▽

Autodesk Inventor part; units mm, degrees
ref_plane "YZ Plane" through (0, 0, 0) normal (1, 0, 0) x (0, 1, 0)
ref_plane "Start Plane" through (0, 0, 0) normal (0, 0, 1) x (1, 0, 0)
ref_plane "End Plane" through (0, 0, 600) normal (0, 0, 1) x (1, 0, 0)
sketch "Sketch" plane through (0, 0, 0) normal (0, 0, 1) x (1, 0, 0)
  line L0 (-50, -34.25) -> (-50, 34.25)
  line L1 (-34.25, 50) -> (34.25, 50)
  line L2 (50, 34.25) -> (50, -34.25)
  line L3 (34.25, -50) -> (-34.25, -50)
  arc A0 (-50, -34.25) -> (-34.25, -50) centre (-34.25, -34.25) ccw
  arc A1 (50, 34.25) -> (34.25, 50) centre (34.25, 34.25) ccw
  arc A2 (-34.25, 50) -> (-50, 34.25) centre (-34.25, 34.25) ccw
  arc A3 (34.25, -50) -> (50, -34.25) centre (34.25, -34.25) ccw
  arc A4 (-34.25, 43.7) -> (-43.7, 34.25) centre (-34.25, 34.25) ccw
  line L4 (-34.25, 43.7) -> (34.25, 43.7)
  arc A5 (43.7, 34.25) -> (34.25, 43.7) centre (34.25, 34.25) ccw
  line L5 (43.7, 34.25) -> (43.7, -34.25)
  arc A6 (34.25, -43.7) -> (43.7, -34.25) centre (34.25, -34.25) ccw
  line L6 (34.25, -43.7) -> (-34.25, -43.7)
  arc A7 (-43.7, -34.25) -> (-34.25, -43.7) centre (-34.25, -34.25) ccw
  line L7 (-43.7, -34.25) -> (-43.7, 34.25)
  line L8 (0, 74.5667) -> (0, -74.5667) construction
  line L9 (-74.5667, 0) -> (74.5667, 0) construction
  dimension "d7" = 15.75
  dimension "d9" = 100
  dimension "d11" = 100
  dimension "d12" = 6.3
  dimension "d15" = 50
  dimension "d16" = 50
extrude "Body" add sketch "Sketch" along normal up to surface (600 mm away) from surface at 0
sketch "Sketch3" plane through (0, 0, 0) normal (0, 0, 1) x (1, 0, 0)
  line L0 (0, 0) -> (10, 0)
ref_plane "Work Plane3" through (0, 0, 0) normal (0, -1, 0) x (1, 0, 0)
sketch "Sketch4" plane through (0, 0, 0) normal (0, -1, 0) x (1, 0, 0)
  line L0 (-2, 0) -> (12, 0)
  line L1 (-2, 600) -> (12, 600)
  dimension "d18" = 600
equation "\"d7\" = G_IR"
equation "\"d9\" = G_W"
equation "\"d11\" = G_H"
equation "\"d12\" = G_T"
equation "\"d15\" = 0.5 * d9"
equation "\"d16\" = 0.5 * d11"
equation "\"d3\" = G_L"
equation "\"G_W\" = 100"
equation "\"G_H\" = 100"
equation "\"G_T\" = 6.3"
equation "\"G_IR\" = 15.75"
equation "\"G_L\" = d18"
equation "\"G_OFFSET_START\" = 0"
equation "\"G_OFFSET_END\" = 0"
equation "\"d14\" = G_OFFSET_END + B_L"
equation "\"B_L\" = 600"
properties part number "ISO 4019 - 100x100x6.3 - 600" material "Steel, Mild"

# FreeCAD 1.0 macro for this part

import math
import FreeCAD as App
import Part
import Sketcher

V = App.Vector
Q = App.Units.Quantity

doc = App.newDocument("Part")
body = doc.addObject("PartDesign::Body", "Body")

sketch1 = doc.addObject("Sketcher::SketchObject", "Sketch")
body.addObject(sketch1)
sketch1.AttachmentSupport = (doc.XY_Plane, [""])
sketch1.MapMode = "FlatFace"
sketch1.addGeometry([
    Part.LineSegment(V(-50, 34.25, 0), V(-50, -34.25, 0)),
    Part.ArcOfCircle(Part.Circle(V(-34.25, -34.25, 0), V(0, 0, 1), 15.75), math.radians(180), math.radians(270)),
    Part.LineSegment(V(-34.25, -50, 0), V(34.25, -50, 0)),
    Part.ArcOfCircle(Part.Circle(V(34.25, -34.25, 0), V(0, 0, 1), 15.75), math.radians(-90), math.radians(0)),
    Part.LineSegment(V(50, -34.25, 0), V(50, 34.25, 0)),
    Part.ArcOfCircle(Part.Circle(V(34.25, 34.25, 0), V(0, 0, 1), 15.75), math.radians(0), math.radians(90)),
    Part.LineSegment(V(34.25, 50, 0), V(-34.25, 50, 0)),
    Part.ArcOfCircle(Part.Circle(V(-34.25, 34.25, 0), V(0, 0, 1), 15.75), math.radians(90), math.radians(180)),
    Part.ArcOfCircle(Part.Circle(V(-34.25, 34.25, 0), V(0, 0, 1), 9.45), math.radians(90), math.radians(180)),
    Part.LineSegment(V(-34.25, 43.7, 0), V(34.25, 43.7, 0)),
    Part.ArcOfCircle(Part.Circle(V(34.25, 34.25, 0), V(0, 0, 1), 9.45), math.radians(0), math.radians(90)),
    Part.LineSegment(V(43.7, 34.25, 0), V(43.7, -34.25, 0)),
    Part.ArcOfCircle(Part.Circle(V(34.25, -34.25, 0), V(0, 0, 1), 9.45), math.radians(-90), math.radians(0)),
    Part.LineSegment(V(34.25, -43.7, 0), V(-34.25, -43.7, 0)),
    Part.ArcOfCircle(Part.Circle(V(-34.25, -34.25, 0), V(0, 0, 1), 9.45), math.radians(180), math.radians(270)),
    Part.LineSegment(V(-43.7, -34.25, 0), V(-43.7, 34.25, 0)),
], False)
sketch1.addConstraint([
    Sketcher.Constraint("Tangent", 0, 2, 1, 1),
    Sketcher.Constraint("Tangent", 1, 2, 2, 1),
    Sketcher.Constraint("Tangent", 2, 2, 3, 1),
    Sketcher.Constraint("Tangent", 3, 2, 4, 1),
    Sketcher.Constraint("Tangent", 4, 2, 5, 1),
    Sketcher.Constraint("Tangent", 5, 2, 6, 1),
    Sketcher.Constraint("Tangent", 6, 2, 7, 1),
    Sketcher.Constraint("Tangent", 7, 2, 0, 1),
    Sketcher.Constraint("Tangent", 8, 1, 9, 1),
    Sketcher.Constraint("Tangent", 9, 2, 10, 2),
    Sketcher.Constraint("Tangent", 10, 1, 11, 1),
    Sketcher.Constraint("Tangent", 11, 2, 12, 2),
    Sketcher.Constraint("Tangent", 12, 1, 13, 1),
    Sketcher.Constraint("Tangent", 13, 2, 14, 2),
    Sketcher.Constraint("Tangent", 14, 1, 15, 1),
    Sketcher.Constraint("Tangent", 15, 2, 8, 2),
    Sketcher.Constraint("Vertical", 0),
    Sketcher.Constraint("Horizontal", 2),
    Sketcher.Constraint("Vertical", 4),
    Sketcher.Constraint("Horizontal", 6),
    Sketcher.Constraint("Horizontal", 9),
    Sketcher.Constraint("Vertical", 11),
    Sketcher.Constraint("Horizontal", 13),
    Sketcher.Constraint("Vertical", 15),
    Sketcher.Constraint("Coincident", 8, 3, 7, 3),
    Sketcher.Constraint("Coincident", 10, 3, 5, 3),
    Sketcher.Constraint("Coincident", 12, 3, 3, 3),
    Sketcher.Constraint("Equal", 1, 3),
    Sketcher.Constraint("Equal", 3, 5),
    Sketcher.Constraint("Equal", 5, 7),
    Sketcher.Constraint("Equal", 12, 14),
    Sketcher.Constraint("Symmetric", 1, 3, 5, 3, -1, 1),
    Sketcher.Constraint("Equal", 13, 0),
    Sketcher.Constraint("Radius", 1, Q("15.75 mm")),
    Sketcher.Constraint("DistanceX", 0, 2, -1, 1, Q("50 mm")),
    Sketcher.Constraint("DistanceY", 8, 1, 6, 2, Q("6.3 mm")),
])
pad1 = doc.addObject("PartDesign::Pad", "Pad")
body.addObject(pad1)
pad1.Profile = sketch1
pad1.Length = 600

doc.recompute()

△

__What to work on__. For the listing above, state how many lines hold the string "centre", giving the number alone.

__Solved problem__. 8